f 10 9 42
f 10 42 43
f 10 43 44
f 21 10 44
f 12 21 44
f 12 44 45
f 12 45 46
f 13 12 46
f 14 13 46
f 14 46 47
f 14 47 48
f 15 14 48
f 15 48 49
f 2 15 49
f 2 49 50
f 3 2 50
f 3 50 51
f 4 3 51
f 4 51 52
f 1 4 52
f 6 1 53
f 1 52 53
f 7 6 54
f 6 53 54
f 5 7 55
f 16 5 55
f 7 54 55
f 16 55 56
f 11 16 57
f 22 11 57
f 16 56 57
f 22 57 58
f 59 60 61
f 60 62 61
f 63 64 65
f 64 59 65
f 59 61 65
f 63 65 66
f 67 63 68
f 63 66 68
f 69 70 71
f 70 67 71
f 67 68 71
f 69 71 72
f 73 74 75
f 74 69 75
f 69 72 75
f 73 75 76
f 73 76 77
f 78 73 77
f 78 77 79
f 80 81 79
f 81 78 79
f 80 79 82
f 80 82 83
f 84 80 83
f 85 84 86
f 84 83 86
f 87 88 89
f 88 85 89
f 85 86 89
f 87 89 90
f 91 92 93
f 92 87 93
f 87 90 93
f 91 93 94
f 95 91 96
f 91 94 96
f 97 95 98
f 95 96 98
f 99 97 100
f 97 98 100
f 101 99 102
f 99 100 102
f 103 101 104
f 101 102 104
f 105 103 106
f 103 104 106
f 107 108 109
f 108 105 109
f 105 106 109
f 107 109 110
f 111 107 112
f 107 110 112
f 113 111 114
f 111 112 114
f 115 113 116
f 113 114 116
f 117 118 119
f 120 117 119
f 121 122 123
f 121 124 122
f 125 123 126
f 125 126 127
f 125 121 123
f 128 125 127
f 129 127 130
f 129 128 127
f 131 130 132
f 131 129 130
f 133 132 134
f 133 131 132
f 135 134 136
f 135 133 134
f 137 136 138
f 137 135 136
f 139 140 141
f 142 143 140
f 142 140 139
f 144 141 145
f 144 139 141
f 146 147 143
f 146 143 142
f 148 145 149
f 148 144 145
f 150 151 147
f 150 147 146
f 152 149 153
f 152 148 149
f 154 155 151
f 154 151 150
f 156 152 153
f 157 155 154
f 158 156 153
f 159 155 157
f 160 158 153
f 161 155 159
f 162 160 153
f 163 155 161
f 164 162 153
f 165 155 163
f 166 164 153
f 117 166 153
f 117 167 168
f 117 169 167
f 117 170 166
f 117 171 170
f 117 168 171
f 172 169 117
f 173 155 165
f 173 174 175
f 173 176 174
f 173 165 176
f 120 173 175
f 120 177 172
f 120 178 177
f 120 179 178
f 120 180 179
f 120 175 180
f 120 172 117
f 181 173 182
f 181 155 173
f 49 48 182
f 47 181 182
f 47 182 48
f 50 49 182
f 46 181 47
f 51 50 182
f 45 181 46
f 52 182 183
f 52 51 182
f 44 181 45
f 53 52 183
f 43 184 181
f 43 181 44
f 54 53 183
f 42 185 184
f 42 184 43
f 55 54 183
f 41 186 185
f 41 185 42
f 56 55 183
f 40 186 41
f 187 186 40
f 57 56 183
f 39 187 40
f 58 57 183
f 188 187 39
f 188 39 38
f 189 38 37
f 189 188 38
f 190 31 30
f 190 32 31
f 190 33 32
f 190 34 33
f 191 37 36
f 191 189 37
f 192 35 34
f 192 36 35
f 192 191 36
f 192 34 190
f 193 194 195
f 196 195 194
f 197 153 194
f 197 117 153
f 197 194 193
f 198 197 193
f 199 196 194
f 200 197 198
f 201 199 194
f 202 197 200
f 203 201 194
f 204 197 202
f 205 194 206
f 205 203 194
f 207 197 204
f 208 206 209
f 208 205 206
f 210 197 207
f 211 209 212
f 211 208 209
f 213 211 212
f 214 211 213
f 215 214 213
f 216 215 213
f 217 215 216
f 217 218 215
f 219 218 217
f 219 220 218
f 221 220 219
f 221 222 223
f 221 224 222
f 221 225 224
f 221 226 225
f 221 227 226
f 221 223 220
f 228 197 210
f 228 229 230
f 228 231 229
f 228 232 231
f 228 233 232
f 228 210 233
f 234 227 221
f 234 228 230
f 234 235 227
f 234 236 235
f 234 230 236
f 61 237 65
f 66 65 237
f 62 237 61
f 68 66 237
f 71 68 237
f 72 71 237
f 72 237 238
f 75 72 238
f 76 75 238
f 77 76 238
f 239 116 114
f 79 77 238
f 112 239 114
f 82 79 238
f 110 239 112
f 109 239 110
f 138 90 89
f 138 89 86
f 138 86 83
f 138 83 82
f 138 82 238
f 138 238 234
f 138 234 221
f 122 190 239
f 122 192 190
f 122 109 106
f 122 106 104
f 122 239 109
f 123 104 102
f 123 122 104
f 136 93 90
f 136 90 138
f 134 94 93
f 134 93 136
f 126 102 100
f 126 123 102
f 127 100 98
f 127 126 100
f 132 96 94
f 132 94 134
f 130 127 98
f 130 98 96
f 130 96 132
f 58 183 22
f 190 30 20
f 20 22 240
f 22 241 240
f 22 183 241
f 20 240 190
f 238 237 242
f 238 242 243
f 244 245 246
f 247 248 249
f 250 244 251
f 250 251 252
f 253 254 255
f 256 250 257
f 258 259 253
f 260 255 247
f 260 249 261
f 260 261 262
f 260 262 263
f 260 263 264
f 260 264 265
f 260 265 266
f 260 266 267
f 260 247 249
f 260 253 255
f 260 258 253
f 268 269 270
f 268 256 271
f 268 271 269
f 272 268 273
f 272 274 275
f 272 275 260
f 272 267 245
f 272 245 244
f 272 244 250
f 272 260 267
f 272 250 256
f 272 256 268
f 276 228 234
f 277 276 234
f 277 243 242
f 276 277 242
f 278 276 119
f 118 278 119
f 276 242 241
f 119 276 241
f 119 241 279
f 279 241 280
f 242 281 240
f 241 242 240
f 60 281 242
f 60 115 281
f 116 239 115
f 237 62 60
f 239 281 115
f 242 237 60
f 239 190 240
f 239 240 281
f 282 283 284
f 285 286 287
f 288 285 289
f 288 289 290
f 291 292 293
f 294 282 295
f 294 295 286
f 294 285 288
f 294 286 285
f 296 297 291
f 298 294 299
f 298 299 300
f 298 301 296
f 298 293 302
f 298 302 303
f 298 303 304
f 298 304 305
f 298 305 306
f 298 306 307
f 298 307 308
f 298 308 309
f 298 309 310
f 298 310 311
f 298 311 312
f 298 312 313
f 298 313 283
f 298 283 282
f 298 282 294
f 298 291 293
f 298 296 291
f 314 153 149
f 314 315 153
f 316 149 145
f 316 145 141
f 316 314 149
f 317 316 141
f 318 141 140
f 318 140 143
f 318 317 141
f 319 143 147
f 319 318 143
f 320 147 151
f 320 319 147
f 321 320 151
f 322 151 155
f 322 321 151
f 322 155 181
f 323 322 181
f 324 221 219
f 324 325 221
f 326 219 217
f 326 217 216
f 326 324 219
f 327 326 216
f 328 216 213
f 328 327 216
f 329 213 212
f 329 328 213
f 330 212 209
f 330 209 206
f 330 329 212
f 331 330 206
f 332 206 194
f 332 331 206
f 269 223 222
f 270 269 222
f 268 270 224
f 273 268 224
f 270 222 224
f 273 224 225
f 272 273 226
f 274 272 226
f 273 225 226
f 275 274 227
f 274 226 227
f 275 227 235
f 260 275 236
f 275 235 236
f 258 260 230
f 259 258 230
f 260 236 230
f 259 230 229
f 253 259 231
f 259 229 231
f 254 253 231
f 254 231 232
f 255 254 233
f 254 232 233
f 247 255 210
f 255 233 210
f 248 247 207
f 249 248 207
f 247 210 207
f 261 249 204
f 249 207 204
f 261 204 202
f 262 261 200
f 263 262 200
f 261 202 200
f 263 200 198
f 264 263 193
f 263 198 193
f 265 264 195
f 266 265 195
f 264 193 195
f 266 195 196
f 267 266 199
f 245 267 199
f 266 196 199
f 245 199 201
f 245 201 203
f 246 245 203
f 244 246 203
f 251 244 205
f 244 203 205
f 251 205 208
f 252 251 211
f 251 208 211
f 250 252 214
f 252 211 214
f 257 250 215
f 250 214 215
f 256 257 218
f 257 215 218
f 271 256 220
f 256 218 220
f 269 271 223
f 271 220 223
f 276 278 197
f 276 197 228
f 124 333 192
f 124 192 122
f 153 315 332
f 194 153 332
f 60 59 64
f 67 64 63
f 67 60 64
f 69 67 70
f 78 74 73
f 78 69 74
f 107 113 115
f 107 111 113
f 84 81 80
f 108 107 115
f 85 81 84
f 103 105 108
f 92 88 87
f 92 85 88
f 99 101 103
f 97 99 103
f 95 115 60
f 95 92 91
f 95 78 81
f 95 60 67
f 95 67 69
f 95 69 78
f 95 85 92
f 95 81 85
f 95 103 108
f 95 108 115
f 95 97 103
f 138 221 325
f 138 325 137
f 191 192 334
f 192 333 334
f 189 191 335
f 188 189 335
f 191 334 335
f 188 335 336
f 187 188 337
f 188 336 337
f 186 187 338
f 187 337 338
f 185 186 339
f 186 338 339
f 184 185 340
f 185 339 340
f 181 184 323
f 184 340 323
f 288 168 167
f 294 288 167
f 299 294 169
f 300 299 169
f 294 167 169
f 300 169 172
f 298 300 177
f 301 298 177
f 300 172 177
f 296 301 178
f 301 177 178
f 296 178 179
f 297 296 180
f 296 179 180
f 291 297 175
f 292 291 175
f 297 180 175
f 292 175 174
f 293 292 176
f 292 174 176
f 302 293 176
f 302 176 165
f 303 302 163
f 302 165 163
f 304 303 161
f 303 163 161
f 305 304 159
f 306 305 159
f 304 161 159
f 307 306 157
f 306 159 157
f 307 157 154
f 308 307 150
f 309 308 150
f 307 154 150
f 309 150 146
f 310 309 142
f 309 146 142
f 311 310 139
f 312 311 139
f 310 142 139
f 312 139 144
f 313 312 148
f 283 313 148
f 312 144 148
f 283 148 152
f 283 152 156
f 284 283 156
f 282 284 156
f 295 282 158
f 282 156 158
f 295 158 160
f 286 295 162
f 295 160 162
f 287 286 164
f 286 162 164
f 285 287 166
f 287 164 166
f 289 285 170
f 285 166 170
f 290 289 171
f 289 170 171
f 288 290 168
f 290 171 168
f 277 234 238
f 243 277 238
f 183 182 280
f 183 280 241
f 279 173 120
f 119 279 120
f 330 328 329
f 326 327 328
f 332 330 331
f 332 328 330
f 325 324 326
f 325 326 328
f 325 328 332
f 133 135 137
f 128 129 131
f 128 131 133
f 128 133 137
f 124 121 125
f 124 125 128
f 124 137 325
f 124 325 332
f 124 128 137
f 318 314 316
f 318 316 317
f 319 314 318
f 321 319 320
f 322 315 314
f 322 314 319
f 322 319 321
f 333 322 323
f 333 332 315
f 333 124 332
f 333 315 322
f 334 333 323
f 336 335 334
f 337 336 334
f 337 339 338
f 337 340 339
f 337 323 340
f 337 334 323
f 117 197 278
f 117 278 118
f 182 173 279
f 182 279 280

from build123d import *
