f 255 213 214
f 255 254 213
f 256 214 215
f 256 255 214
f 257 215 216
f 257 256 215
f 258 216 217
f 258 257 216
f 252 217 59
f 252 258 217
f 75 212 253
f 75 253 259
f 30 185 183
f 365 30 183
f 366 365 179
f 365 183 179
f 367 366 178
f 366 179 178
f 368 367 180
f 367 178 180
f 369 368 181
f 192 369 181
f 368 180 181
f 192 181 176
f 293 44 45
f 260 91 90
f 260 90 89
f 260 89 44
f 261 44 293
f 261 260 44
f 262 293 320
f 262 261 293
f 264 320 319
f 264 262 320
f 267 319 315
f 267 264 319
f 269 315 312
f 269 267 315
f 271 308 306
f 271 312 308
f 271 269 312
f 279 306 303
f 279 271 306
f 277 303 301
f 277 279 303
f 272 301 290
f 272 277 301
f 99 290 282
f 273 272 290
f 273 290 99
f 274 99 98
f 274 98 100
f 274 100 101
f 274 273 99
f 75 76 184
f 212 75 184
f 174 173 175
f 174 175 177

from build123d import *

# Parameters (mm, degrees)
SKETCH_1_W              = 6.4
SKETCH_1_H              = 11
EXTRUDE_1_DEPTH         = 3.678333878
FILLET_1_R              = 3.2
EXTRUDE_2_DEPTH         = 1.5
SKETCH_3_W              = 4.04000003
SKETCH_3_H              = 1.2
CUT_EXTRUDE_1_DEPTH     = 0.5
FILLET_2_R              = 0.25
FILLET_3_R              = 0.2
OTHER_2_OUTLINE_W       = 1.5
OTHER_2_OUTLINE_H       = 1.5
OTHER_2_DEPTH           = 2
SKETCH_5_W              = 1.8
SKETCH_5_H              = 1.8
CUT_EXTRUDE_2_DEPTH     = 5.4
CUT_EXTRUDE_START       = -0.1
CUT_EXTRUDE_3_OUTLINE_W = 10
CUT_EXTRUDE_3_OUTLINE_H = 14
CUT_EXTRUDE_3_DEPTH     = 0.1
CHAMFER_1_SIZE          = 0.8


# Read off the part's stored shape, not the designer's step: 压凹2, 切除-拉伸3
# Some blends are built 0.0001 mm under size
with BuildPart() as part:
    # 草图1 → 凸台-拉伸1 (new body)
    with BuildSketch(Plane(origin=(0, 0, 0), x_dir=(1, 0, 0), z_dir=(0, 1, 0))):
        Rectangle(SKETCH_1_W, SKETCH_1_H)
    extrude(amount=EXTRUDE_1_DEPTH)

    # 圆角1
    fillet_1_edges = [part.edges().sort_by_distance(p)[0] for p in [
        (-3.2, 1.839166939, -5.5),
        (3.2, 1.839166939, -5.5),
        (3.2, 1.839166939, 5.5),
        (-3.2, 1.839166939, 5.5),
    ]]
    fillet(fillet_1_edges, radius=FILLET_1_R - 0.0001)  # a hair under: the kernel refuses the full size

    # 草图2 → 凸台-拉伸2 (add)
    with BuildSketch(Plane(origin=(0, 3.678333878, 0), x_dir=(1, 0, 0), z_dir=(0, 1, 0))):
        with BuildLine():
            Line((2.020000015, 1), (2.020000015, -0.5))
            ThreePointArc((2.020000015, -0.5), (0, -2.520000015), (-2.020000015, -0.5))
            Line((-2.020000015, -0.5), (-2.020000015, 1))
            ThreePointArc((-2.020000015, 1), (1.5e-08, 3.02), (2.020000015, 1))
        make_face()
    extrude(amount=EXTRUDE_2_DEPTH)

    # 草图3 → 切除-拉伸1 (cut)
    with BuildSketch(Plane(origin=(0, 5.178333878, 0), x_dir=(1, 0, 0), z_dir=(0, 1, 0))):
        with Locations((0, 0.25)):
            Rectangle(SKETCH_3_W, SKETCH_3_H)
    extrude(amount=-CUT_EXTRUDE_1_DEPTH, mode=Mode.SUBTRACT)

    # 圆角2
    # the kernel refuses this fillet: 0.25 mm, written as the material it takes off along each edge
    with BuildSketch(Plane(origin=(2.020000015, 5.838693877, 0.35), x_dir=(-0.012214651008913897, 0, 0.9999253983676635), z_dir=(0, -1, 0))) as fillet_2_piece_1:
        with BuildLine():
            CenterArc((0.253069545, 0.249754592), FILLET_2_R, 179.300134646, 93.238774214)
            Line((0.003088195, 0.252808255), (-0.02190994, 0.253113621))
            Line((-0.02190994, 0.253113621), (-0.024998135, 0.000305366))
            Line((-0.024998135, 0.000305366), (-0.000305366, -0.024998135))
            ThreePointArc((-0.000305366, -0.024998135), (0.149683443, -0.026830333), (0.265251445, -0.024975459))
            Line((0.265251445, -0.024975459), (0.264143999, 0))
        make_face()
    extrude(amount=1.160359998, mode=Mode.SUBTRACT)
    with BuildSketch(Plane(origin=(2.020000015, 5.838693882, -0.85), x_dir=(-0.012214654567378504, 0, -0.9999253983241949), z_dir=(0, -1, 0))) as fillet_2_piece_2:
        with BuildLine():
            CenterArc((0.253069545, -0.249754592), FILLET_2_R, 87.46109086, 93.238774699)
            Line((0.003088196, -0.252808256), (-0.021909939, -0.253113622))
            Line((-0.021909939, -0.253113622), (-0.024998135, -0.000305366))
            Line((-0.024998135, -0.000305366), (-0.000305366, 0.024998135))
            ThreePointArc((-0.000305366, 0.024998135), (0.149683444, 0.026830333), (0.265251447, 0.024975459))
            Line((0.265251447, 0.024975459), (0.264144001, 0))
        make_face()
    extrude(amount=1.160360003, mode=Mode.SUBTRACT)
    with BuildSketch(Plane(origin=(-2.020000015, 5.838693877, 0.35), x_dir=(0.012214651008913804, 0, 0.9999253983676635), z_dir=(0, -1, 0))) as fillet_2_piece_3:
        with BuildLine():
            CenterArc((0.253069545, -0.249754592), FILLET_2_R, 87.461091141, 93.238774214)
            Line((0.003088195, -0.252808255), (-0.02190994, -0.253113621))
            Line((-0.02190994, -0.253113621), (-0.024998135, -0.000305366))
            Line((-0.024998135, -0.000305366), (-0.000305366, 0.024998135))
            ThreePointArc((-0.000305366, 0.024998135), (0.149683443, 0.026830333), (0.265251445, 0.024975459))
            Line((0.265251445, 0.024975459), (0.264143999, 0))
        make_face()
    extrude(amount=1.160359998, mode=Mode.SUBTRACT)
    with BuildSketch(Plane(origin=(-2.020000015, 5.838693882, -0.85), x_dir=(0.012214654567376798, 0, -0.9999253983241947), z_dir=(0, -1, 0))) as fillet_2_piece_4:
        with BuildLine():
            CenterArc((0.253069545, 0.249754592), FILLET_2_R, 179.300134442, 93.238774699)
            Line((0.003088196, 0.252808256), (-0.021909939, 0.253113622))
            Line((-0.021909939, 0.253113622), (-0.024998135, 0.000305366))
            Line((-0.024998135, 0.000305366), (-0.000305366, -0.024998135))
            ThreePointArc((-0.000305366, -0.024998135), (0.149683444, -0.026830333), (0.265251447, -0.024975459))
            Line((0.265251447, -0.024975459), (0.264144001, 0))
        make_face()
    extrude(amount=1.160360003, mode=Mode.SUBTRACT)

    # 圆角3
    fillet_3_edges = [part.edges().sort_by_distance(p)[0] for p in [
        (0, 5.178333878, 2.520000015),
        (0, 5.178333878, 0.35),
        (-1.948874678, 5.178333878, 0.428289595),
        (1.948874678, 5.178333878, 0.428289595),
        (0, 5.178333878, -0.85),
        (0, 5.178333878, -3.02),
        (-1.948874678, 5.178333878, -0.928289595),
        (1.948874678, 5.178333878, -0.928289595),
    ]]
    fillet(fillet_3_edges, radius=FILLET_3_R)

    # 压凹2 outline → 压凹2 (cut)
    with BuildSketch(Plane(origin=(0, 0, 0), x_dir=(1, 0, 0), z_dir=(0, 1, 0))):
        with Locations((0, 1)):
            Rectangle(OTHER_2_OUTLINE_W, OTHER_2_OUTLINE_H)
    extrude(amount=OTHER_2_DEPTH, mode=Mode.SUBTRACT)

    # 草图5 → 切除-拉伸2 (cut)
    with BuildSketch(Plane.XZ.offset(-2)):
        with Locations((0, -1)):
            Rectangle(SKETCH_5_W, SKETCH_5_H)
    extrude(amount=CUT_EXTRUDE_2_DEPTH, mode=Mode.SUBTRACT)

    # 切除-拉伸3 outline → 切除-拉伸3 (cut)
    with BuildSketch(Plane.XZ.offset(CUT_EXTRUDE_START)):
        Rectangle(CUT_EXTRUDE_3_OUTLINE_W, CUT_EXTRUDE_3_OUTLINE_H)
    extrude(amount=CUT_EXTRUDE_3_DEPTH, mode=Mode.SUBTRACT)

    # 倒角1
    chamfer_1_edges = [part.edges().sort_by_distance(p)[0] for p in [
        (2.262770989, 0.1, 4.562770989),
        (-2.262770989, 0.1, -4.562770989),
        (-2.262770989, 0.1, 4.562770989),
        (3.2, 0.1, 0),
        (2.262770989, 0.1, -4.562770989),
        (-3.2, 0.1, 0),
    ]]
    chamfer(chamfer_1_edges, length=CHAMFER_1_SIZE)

•••••

WHAT YOU NEED TO DO | Please return the lines above that run from the line containing "f 296 178 179" to the line containing "f 279 173 120", inclusive, exactly and with no other lines.

EXPECTED ANSWER |
f 296 178 179
f 297 296 180
f 296 179 180
f 291 297 175
f 292 291 175
f 297 180 175
f 292 175 174
f 293 292 176
f 292 174 176
f 302 293 176
f 302 176 165
f 303 302 163
f 302 165 163
f 304 303 161
f 303 163 161
f 305 304 159
f 306 305 159
f 304 161 159
f 307 306 157
f 306 159 157
f 307 157 154
f 308 307 150
f 309 308 150
f 307 154 150
f 309 150 146
f 310 309 142
f 309 146 142
f 311 310 139
f 312 311 139
f 310 142 139
f 312 139 144
f 313 312 148
f 283 313 148
f 312 144 148
f 283 148 152
f 283 152 156
f 284 283 156
f 282 284 156
f 295 282 158
f 282 156 158
f 295 158 160
f 286 295 162
f 295 160 162
f 287 286 164
f 286 162 164
f 285 287 166
f 287 164 166
f 289 285 170
f 285 166 170
f 290 289 171
f 289 170 171
f 288 290 168
f 290 171 168
f 277 234 238
f 243 277 238
f 183 182 280
f 183 280 241
f 279 173 120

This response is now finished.